### [Task requirements]
Go through the listing below and list every line with "None".

### [Records provided]
+ + +
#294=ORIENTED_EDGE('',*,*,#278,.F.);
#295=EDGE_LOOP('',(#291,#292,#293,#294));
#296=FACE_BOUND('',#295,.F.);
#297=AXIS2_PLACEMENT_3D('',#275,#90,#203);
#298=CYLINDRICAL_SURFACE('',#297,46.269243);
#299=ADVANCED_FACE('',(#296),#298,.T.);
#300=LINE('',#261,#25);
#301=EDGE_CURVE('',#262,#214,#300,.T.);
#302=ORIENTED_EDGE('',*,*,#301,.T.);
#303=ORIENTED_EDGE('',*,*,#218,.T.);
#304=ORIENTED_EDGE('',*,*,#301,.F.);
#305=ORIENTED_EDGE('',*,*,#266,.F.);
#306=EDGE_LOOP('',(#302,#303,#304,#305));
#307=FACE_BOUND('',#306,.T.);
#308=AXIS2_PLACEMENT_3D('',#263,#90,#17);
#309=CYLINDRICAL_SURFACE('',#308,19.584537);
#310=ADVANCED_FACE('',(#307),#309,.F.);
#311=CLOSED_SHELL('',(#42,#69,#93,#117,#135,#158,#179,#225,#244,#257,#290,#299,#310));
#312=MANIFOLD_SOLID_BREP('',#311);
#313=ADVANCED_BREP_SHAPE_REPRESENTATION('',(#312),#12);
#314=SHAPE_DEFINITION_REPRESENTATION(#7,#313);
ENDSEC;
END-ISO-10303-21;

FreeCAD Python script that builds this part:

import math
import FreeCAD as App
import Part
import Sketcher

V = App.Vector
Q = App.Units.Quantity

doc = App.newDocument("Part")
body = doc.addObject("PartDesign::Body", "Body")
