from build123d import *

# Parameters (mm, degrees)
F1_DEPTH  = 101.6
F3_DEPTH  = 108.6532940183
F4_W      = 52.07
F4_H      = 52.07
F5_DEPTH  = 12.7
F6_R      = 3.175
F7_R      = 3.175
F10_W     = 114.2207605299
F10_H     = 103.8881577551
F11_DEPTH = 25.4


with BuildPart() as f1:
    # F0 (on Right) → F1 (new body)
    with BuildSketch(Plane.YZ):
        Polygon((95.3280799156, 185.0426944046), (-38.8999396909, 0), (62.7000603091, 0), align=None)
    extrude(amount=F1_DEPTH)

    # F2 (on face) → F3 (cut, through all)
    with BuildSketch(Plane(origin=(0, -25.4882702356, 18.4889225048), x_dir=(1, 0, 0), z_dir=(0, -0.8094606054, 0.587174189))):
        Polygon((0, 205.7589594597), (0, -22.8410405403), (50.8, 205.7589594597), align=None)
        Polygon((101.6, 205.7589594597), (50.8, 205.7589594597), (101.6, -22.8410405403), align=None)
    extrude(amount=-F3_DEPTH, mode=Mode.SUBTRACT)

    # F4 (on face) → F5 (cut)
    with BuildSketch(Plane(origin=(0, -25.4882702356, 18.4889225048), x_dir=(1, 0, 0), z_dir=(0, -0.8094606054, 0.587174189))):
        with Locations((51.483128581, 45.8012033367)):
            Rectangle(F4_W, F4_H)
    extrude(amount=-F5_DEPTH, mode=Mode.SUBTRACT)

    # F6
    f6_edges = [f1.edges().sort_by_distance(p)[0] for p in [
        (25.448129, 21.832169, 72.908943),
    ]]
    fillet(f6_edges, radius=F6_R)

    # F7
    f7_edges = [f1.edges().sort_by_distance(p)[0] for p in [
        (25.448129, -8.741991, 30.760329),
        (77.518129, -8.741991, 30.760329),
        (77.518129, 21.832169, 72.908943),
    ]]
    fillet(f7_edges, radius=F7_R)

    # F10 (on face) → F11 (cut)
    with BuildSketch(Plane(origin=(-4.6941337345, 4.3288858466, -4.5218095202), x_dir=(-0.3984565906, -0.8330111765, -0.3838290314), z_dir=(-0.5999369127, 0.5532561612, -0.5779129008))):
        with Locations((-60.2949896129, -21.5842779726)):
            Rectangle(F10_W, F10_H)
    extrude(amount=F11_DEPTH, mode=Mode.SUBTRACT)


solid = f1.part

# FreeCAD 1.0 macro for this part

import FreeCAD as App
import Part
import Sketcher
from FreeCAD import Vector
Q = App.Units.Quantity


def edges_at(feature, points):
    """Names of the edges that pass closest to the given points."""
    edges = feature.Shape.Edges
    near = lambda p: min(range(len(edges)), key=lambda i: edges[i].distToShape(Part.Vertex(*p))[0])
    return sorted({f"Edge{near(p) + 1}" for p in points})

doc = App.newDocument("Part")
body = doc.addObject("PartDesign::Body", "Body")

sketch1 = body.newObject("Sketcher::SketchObject", "Sketch")
sketch1.AttachmentSupport = (doc.getObject("YZ_Plane"), [""])
sketch1.MapMode = "FlatFace"
sketch1.addGeometry(Part.LineSegment(Vector(95, 185, 0), Vector(-39, 0, 0)), False)
sketch1.addGeometry(Part.LineSegment(Vector(-39, 0, 0), Vector(63, 0, 0)), False)
sketch1.addGeometry(Part.LineSegment(Vector(63, 0, 0), Vector(95, 185, 0)), False)
sketch1.addConstraint(Sketcher.Constraint("Coincident", 0, 2, 1, 1))
sketch1.addConstraint(Sketcher.Constraint("Coincident", 1, 2, 2, 1))
sketch1.addConstraint(Sketcher.Constraint("Coincident", 2, 2, 0, 1))
sketch1.addConstraint(Sketcher.Constraint("Horizontal", 1))
sketch1.addConstraint(Sketcher.Constraint("PointOnObject", 0, 2, -1))
sketch1.addConstraint(Sketcher.Constraint("DistanceX", 1, 1, 1, 2, Q("4 in")))
sketch1.addConstraint(Sketcher.Constraint("Distance", 0, Q("9 in")))
sketch1.addConstraint(Sketcher.Constraint("Angle", 2, Q("80 deg")))
sketch1.addConstraint(Sketcher.Constraint("DistanceX", 0, 2, -1, 1, 38.89994))
pad1 = body.newObject("PartDesign::Pad", "Pad")
pad1.Profile = sketch1
pad1.Length = Q("4 in")

sketch2 = body.newObject("Sketcher::SketchObject", "Sketch001")
sketch2.Placement = App.Placement(Vector(0, -25.48827, 18.488923), App.Rotation(Vector(1, 0, 0), Vector(0, 0.587174189, 0.809460605), Vector(0, -0.809460605, 0.587174189), "ZXY"))
sketch2.addGeometry(Part.LineSegment(Vector(0, 206, 0), Vector(0, -23, 0)), False)
sketch2.addGeometry(Part.LineSegment(Vector(0, -23, 0), Vector(51, 206, 0)), False)
sketch2.addGeometry(Part.LineSegment(Vector(51, 206, 0), Vector(0, 206, 0)), False)
sketch2.addGeometry(Part.LineSegment(Vector(102, 206, 0), Vector(51, 206, 0)), False)
sketch2.addGeometry(Part.LineSegment(Vector(51, 206, 0), Vector(102, -23, 0)), False)
sketch2.addGeometry(Part.LineSegment(Vector(102, -23, 0), Vector(102, 206, 0)), False)
sketch2.addConstraint(Sketcher.Constraint("Coincident", 0, 2, 1, 1))
sketch2.addConstraint(Sketcher.Constraint("Coincident", 1, 2, 2, 1))
sketch2.addConstraint(Sketcher.Constraint("Coincident", 2, 2, 0, 1))
sketch2.addConstraint(Sketcher.Constraint("Coincident", 3, 2, 4, 1))
sketch2.addConstraint(Sketcher.Constraint("Coincident", 4, 2, 5, 1))
sketch2.addConstraint(Sketcher.Constraint("Coincident", 5, 2, 3, 1))
sketch2.addConstraint(Sketcher.Constraint("Vertical", 0))
sketch2.addConstraint(Sketcher.Constraint("Horizontal", 2))
sketch2.addConstraint(Sketcher.Constraint("Horizontal", 3))
sketch2.addConstraint(Sketcher.Constraint("Vertical", 5))
sketch2.addConstraint(Sketcher.Constraint("Coincident", 3, 2, 1, 2))
sketch2.addConstraint(Sketcher.Constraint("PointOnObject", 0, 2, -2))
sketch2.addConstraint(Sketcher.Constraint("Horizontal", 0, 2, 4, 2))
sketch2.addConstraint(Sketcher.Constraint("Equal", 2, 3))
sketch2.addConstraint(Sketcher.Constraint("DistanceX", 2, 2, 2, 1, Q("2 in")))
sketch2.addConstraint(Sketcher.Constraint("DistanceY", 0, 2, 0, 1, Q("9 in")))
sketch2.addConstraint(Sketcher.Constraint("DistanceY", 0, 2, -1, 1, 22.841041))
pocket1 = body.newObject("PartDesign::Pocket", "Pocket")
pocket1.Profile = sketch2
pocket1.Type = "ThroughAll"

sketch3 = body.newObject("Sketcher::SketchObject", "Sketch002")
sketch3.Placement = App.Placement(Vector(0, -25.48827, 18.488923), App.Rotation(Vector(1, 0, 0), Vector(0, 0.587174189, 0.809460605), Vector(0, -0.809460605, 0.587174189), "ZXY"))
sketch3.addGeometry(Part.LineSegment(Vector(25, 72, 0), Vector(25, 20, 0)), False)
sketch3.addGeometry(Part.LineSegment(Vector(25, 20, 0), Vector(78, 20, 0)), False)
sketch3.addGeometry(Part.LineSegment(Vector(78, 20, 0), Vector(78, 72, 0)), False)
sketch3.addGeometry(Part.LineSegment(Vector(78, 72, 0), Vector(25, 72, 0)), False)
sketch3.addConstraint(Sketcher.Constraint("Coincident", 0, 2, 1, 1))
sketch3.addConstraint(Sketcher.Constraint("Coincident", 1, 2, 2, 1))
sketch3.addConstraint(Sketcher.Constraint("Coincident", 2, 2, 3, 1))
sketch3.addConstraint(Sketcher.Constraint("Coincident", 3, 2, 0, 1))
sketch3.addConstraint(Sketcher.Constraint("Vertical", 0))
sketch3.addConstraint(Sketcher.Constraint("Horizontal", 1))
sketch3.addConstraint(Sketcher.Constraint("Vertical", 2))
sketch3.addConstraint(Sketcher.Constraint("Horizontal", 3))
sketch3.addConstraint(Sketcher.Constraint("Equal", 3, 0))
sketch3.addConstraint(Sketcher.Constraint("DistanceX", 1, 1, 1, 2, Q("2.05 in")))
sketch3.addConstraint(Sketcher.Constraint("DistanceX", -1, 1, 0, 2, 25.448129))
sketch3.addConstraint(Sketcher.Constraint("DistanceY", -1, 1, 0, 2, 19.766203))
pocket2 = body.newObject("PartDesign::Pocket", "Pocket001")
pocket2.Profile = sketch3
pocket2.Length = Q("0.5 in")
doc.recompute()

fillet = body.newObject("PartDesign::Fillet", "Fillet")
fillet.Base = (pocket2, edges_at(pocket2, [(25.448, 21.832, 72.909)]))
fillet.Radius = Q("0.125 in")
doc.recompute()

fillet2 = body.newObject("PartDesign::Fillet", "Fillet001")
fillet2.Base = (fillet, edges_at(fillet, [(25.448, -8.742, 30.76), (77.518, -8.742, 30.76), (77.518, 21.832, 72.909)]))
fillet2.Radius = Q("0.125 in")

sketch4 = body.newObject("Sketcher::SketchObject", "Sketch003")
sketch4.Placement = App.Placement(Vector(-4.694134, 4.328886, -4.52181), App.Rotation(Vector(-0.398456591, -0.833011176, -0.383829031), Vector(-0.693763681, 0, 0.720202717), Vector(-0.599936913, 0.553256161, -0.577912901), "ZXY"))
sketch4.addGeometry(Part.LineSegment(Vector(-117, 30, 0), Vector(-117, -74, 0)), False)
sketch4.addGeometry(Part.LineSegment(Vector(-117, -74, 0), Vector(-3, -74, 0)), False)
sketch4.addGeometry(Part.LineSegment(Vector(-3, -74, 0), Vector(-3, 30, 0)), False)
sketch4.addGeometry(Part.LineSegment(Vector(-3, 30, 0), Vector(-117, 30, 0)), False)
sketch4.addConstraint(Sketcher.Constraint("Coincident", 0, 2, 1, 1))
sketch4.addConstraint(Sketcher.Constraint("Coincident", 1, 2, 2, 1))
sketch4.addConstraint(Sketcher.Constraint("Coincident", 2, 2, 3, 1))
sketch4.addConstraint(Sketcher.Constraint("Coincident", 3, 2, 0, 1))
sketch4.addConstraint(Sketcher.Constraint("Vertical", 0))
sketch4.addConstraint(Sketcher.Constraint("Horizontal", 1))
sketch4.addConstraint(Sketcher.Constraint("Vertical", 2))
sketch4.addConstraint(Sketcher.Constraint("Horizontal", 3))
sketch4.addConstraint(Sketcher.Constraint("DistanceX", 1, 1, 1, 2, 114.22076))
sketch4.addConstraint(Sketcher.Constraint("DistanceY", -1, 1, 2, 2, 30.359801))
sketch4.addConstraint(Sketcher.Constraint("DistanceY", 0, 2, 0, 1, 103.888158))
sketch4.addConstraint(Sketcher.Constraint("DistanceX", 0, 2, -1, 1, 117.40537))
pocket3 = body.newObject("PartDesign::Pocket", "Pocket002")
pocket3.Profile = sketch4
pocket3.Length = Q("1 in")
pocket3.Reversed = True

doc.recompute()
+ + +
### [Result of the task]
        Polygon((95.3280799156, 185.0426944046), (-38.8999396909, 0), (62.7000603091, 0), align=None)
        Polygon((0, 205.7589594597), (0, -22.8410405403), (50.8, 205.7589594597), align=None)
        Polygon((101.6, 205.7589594597), (50.8, 205.7589594597), (101.6, -22.8410405403), align=None)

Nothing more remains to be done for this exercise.